(Stored data entries)
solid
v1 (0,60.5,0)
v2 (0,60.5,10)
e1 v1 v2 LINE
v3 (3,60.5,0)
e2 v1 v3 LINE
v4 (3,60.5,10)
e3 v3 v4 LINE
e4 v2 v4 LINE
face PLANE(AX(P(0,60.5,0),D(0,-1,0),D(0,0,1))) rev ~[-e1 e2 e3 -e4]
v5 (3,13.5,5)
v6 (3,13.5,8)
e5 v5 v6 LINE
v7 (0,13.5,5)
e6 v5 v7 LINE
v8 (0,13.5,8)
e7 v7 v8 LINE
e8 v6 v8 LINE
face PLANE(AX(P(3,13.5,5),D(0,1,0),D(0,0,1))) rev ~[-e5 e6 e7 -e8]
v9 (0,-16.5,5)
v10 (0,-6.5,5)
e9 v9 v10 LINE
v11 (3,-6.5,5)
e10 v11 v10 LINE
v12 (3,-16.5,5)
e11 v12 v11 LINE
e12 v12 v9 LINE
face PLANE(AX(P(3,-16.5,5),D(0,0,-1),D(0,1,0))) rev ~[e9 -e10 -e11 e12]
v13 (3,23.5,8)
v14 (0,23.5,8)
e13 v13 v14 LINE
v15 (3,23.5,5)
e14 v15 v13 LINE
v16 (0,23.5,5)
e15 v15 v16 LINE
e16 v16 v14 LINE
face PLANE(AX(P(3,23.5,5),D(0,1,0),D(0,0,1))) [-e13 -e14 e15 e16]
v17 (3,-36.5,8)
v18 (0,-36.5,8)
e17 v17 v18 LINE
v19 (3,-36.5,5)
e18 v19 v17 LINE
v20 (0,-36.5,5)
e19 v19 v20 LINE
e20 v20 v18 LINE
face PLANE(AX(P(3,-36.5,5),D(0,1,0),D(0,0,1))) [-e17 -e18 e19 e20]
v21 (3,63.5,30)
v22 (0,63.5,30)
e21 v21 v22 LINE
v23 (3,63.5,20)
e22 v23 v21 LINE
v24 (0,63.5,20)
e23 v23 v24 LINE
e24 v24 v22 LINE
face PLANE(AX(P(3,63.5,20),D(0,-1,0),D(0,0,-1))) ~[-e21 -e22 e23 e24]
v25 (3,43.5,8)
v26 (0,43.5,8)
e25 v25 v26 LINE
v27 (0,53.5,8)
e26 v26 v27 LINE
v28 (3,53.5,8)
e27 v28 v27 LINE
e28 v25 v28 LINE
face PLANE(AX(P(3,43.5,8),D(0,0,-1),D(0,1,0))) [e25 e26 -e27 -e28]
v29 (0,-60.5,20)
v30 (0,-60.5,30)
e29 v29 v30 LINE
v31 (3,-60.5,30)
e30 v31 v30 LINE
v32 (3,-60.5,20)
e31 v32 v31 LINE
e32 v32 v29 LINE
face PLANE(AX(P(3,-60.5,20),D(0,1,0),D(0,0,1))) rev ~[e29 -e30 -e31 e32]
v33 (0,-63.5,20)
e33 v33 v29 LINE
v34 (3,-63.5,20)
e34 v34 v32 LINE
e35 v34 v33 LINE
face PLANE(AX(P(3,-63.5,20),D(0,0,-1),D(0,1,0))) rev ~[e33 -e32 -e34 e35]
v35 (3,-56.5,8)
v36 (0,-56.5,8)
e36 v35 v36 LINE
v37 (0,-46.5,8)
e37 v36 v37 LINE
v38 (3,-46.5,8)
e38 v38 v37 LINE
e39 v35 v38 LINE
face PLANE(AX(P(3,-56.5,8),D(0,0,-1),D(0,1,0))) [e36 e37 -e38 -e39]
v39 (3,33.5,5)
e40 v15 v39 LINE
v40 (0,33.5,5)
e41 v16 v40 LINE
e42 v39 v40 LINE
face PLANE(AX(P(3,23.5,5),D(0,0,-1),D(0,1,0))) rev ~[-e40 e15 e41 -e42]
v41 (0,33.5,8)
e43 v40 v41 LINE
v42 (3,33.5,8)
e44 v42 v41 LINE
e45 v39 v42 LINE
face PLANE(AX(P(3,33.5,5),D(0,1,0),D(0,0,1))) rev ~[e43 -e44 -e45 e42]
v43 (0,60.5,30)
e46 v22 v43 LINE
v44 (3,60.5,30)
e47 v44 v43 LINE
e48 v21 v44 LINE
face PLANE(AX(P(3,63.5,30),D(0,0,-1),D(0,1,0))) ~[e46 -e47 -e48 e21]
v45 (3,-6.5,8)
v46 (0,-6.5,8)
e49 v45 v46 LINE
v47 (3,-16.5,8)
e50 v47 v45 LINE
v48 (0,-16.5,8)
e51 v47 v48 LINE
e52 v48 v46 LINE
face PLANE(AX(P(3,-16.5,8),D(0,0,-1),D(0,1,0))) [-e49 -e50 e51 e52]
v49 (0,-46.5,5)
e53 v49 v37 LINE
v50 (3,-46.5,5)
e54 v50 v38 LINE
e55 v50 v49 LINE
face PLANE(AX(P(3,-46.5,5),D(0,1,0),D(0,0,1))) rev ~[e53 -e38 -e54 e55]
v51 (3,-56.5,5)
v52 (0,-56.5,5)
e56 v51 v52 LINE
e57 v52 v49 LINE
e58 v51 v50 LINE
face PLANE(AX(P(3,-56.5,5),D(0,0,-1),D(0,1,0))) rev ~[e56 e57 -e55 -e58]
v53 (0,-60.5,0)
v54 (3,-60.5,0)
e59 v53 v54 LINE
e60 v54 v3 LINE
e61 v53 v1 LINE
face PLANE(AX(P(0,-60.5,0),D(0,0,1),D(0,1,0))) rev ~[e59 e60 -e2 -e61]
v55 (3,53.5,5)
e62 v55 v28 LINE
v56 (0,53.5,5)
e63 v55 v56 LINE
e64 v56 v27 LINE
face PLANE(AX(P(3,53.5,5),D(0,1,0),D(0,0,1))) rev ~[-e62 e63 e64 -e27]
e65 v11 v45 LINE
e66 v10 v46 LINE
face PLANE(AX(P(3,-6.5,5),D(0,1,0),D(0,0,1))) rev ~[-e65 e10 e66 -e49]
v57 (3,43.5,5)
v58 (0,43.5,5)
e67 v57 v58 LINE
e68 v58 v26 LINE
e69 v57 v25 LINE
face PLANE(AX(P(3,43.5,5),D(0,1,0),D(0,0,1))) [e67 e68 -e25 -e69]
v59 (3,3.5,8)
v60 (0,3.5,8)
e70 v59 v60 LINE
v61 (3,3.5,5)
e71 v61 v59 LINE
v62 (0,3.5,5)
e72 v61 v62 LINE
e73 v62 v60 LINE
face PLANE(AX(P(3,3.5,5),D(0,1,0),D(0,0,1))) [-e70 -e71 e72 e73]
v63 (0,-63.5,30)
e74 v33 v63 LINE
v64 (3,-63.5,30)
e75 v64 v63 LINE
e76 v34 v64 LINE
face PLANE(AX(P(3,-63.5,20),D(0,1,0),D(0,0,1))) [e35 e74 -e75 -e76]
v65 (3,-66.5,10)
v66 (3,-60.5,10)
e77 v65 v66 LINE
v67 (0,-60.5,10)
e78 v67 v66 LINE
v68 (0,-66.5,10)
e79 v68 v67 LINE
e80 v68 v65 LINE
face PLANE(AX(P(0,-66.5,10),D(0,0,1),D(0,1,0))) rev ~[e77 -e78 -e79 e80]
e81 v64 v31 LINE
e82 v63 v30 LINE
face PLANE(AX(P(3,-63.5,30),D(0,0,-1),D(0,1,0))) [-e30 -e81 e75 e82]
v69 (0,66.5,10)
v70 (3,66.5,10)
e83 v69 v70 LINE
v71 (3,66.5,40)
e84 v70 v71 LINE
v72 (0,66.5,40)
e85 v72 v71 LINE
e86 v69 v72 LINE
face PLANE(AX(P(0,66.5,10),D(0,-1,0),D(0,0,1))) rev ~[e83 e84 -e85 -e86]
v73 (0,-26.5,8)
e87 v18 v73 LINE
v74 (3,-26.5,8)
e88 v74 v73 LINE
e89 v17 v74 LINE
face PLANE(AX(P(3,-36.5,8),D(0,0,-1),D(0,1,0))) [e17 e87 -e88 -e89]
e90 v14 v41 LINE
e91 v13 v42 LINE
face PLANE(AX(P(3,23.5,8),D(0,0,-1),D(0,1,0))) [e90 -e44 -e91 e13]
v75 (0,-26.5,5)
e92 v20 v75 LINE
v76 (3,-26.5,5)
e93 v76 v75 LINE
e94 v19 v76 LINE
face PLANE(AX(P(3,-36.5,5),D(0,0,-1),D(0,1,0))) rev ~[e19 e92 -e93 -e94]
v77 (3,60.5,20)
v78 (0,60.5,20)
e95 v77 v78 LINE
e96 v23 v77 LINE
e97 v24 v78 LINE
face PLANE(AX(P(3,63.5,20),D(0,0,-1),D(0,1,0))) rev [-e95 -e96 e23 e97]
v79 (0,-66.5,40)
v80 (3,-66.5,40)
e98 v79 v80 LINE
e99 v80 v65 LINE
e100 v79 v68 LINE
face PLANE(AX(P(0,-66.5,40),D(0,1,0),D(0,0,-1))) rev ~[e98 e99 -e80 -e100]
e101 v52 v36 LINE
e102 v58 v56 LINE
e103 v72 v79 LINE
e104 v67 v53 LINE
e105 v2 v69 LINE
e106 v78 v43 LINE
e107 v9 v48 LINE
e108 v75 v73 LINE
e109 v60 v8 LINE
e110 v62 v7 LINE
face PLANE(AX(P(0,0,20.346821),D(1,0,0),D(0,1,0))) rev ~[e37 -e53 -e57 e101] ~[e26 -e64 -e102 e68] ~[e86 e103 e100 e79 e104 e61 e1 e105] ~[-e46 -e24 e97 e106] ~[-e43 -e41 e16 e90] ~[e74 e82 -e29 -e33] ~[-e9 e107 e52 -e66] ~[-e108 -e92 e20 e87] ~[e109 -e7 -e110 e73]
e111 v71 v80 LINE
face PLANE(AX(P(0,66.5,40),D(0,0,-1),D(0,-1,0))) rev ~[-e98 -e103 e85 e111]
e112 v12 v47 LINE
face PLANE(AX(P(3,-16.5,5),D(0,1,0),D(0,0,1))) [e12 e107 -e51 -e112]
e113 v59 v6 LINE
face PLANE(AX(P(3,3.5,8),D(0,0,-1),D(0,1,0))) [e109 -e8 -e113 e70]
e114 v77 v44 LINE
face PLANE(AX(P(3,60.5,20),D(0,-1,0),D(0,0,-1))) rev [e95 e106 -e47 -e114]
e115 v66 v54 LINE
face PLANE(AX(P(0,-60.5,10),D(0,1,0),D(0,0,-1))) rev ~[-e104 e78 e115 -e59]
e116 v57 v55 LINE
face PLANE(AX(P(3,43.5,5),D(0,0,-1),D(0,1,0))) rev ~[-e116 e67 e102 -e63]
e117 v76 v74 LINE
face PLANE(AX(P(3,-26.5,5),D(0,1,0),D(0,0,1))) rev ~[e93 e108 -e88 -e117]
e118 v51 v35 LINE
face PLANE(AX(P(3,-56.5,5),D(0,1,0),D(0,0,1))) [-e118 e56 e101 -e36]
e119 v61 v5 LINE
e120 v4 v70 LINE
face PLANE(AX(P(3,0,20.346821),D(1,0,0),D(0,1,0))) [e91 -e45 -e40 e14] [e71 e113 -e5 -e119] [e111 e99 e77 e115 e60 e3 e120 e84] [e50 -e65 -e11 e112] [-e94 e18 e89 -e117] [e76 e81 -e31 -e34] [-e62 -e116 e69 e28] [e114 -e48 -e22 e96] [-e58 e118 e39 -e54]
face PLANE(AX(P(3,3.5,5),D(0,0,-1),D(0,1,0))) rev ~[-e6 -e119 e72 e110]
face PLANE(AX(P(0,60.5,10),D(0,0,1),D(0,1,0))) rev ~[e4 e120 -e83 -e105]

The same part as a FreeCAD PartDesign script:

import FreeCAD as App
import Part
import Sketcher

doc = App.newDocument("Part")
body = doc.addObject("PartDesign::Body", "Body")

# Sketch on YZ plane
sketch1 = doc.addObject("Sketcher::SketchObject", "Sketch")
body.addObject(sketch1)
sketch1.AttachmentSupport = (doc.YZ_Plane, [""])
sketch1.MapMode = "FlatFace"
sketch1.addGeometry(Part.LineSegment(App.Vector(-60, 0, 0), App.Vector(60, 0, 0)), False)
sketch1.addGeometry(Part.LineSegment(App.Vector(60, 0, 0), App.Vector(60, 10, 0)), False)
sketch1.addGeometry(Part.LineSegment(App.Vector(60, 10, 0), App.Vector(66, 10, 0)), False)
sketch1.addGeometry(Part.LineSegment(App.Vector(66, 10, 0), App.Vector(66, 40, 0)), False)
sketch1.addGeometry(Part.LineSegment(App.Vector(66, 40, 0), App.Vector(-66, 40, 0)), False)
sketch1.addGeometry(Part.LineSegment(App.Vector(-66, 40, 0), App.Vector(-66, 10, 0)), False)
sketch1.addGeometry(Part.LineSegment(App.Vector(-66, 10, 0), App.Vector(-60, 10, 0)), False)
sketch1.addGeometry(Part.LineSegment(App.Vector(-60, 10, 0), App.Vector(-60, 0, 0)), False)
sketch1.addConstraint(Sketcher.Constraint("Coincident", 0, 2, 1, 1))
sketch1.addConstraint(Sketcher.Constraint("Coincident", 1, 2, 2, 1))
sketch1.addConstraint(Sketcher.Constraint("Coincident", 2, 2, 3, 1))
sketch1.addConstraint(Sketcher.Constraint("Coincident", 3, 2, 4, 1))
sketch1.addConstraint(Sketcher.Constraint("Coincident", 4, 2, 5, 1))
sketch1.addConstraint(Sketcher.Constraint("Coincident", 5, 2, 6, 1))
sketch1.addConstraint(Sketcher.Constraint("Coincident", 6, 2, 7, 1))
sketch1.addConstraint(Sketcher.Constraint("Coincident", 7, 2, 0, 1))
sketch1.addConstraint(Sketcher.Constraint("Horizontal", 0))
sketch1.addConstraint(Sketcher.Constraint("Vertical", 1))
sketch1.addConstraint(Sketcher.Constraint("Horizontal", 2))
sketch1.addConstraint(Sketcher.Constraint("Vertical", 3))
sketch1.addConstraint(Sketcher.Constraint("Horizontal", 4))
sketch1.addConstraint(Sketcher.Constraint("Vertical", 5))
sketch1.addConstraint(Sketcher.Constraint("Horizontal", 6))
sketch1.addConstraint(Sketcher.Constraint("Vertical", 7))
sketch1.addConstraint(Sketcher.Constraint("Symmetric", 0, 2, 7, 2, -1, 1))
sketch1.addConstraint(Sketcher.Constraint("Symmetric", 2, 2, 5, 2, -2))
sketch1.addConstraint(Sketcher.Constraint("DistanceX", 0, 1, 0, 2, 121.0))
sketch1.addConstraint(Sketcher.Constraint("DistanceX", 2, 1, 2, 2, 6.0))
sketch1.addConstraint(Sketcher.Constraint("DistanceY", 1, 1, 1, 2, 10.0))
sketch1.addConstraint(Sketcher.Constraint("DistanceY", 3, 1, 3, 2, 30.0))
pad1 = doc.addObject("PartDesign::Pad", "Pad")
body.addObject(pad1)
pad1.Profile = sketch1
pad1.Length = 3

# Sketch on YZ plane
sketch2 = doc.addObject("Sketcher::SketchObject", "Sketch001")
body.addObject(sketch2)
sketch2.AttachmentSupport = (doc.YZ_Plane, [""])
sketch2.MapMode = "FlatFace"
sketch2.AttachmentOffset = App.Placement(App.Vector(0, 0, 3), App.Rotation())
sketch2.addGeometry(Part.LineSegment(App.Vector(-56.5, 8, 0), App.Vector(-56.5, 5, 0)), False)
sketch2.addGeometry(Part.LineSegment(App.Vector(-56.5, 5, 0), App.Vector(-46.5, 5, 0)), False)
sketch2.addGeometry(Part.LineSegment(App.Vector(-46.5, 5, 0), App.Vector(-46.5, 8, 0)), False)
sketch2.addGeometry(Part.LineSegment(App.Vector(-46.5, 8, 0), App.Vector(-56.5, 8, 0)), False)
sketch2.addGeometry(Part.LineSegment(App.Vector(-36.5, 8, 0), App.Vector(-36.5, 5, 0)), False)
sketch2.addGeometry(Part.LineSegment(App.Vector(-36.5, 5, 0), App.Vector(-26.5, 5, 0)), False)
sketch2.addGeometry(Part.LineSegment(App.Vector(-26.5, 5, 0), App.Vector(-26.5, 8, 0)), False)
sketch2.addGeometry(Part.LineSegment(App.Vector(-26.5, 8, 0), App.Vector(-36.5, 8, 0)), False)
sketch2.addGeometry(Part.LineSegment(App.Vector(-16.5, 8, 0), App.Vector(-16.5, 5, 0)), False)
sketch2.addGeometry(Part.LineSegment(App.Vector(-16.5, 5, 0), App.Vector(-6.5, 5, 0)), False)
sketch2.addGeometry(Part.LineSegment(App.Vector(-6.5, 5, 0), App.Vector(-6.5, 8, 0)), False)
sketch2.addGeometry(Part.LineSegment(App.Vector(-6.5, 8, 0), App.Vector(-16.5, 8, 0)), False)
sketch2.addGeometry(Part.LineSegment(App.Vector(3.5, 8, 0), App.Vector(3.5, 5, 0)), False)
sketch2.addGeometry(Part.LineSegment(App.Vector(3.5, 5, 0), App.Vector(13.5, 5, 0)), False)
sketch2.addGeometry(Part.LineSegment(App.Vector(13.5, 5, 0), App.Vector(13.5, 8, 0)), False)
sketch2.addGeometry(Part.LineSegment(App.Vector(13.5, 8, 0), App.Vector(3.5, 8, 0)), False)
sketch2.addGeometry(Part.LineSegment(App.Vector(23.5, 8, 0), App.Vector(23.5, 5, 0)), False)
sketch2.addGeometry(Part.LineSegment(App.Vector(23.5, 5, 0), App.Vector(33.5, 5, 0)), False)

Aim of the exercise:
Beginning at the top of the entries above, output each line exactly, and end with the line in which "v33 (0,-63.5,20)" appears.

Solution:
solid
v1 (0,60.5,0)
v2 (0,60.5,10)
e1 v1 v2 LINE
v3 (3,60.5,0)
e2 v1 v3 LINE
v4 (3,60.5,10)
e3 v3 v4 LINE
e4 v2 v4 LINE
face PLANE(AX(P(0,60.5,0),D(0,-1,0),D(0,0,1))) rev ~[-e1 e2 e3 -e4]
v5 (3,13.5,5)
v6 (3,13.5,8)
e5 v5 v6 LINE
v7 (0,13.5,5)
e6 v5 v7 LINE
v8 (0,13.5,8)
e7 v7 v8 LINE
e8 v6 v8 LINE
face PLANE(AX(P(3,13.5,5),D(0,1,0),D(0,0,1))) rev ~[-e5 e6 e7 -e8]
v9 (0,-16.5,5)
v10 (0,-6.5,5)
e9 v9 v10 LINE
v11 (3,-6.5,5)
e10 v11 v10 LINE
v12 (3,-16.5,5)
e11 v12 v11 LINE
e12 v12 v9 LINE
face PLANE(AX(P(3,-16.5,5),D(0,0,-1),D(0,1,0))) rev ~[e9 -e10 -e11 e12]
v13 (3,23.5,8)
v14 (0,23.5,8)
e13 v13 v14 LINE
v15 (3,23.5,5)
e14 v15 v13 LINE
v16 (0,23.5,5)
e15 v15 v16 LINE
e16 v16 v14 LINE
face PLANE(AX(P(3,23.5,5),D(0,1,0),D(0,0,1))) [-e13 -e14 e15 e16]
v17 (3,-36.5,8)
v18 (0,-36.5,8)
e17 v17 v18 LINE
v19 (3,-36.5,5)
e18 v19 v17 LINE
v20 (0,-36.5,5)
e19 v19 v20 LINE
e20 v20 v18 LINE
face PLANE(AX(P(3,-36.5,5),D(0,1,0),D(0,0,1))) [-e17 -e18 e19 e20]
v21 (3,63.5,30)
v22 (0,63.5,30)
e21 v21 v22 LINE
v23 (3,63.5,20)
e22 v23 v21 LINE
v24 (0,63.5,20)
e23 v23 v24 LINE
e24 v24 v22 LINE
face PLANE(AX(P(3,63.5,20),D(0,-1,0),D(0,0,-1))) ~[-e21 -e22 e23 e24]
v25 (3,43.5,8)
v26 (0,43.5,8)
e25 v25 v26 LINE
v27 (0,53.5,8)
e26 v26 v27 LINE
v28 (3,53.5,8)
e27 v28 v27 LINE
e28 v25 v28 LINE
face PLANE(AX(P(3,43.5,8),D(0,0,-1),D(0,1,0))) [e25 e26 -e27 -e28]
v29 (0,-60.5,20)
v30 (0,-60.5,30)
e29 v29 v30 LINE
v31 (3,-60.5,30)
e30 v31 v30 LINE
v32 (3,-60.5,20)
e31 v32 v31 LINE
e32 v32 v29 LINE
face PLANE(AX(P(3,-60.5,20),D(0,1,0),D(0,0,1))) rev ~[e29 -e30 -e31 e32]
v33 (0,-63.5,20)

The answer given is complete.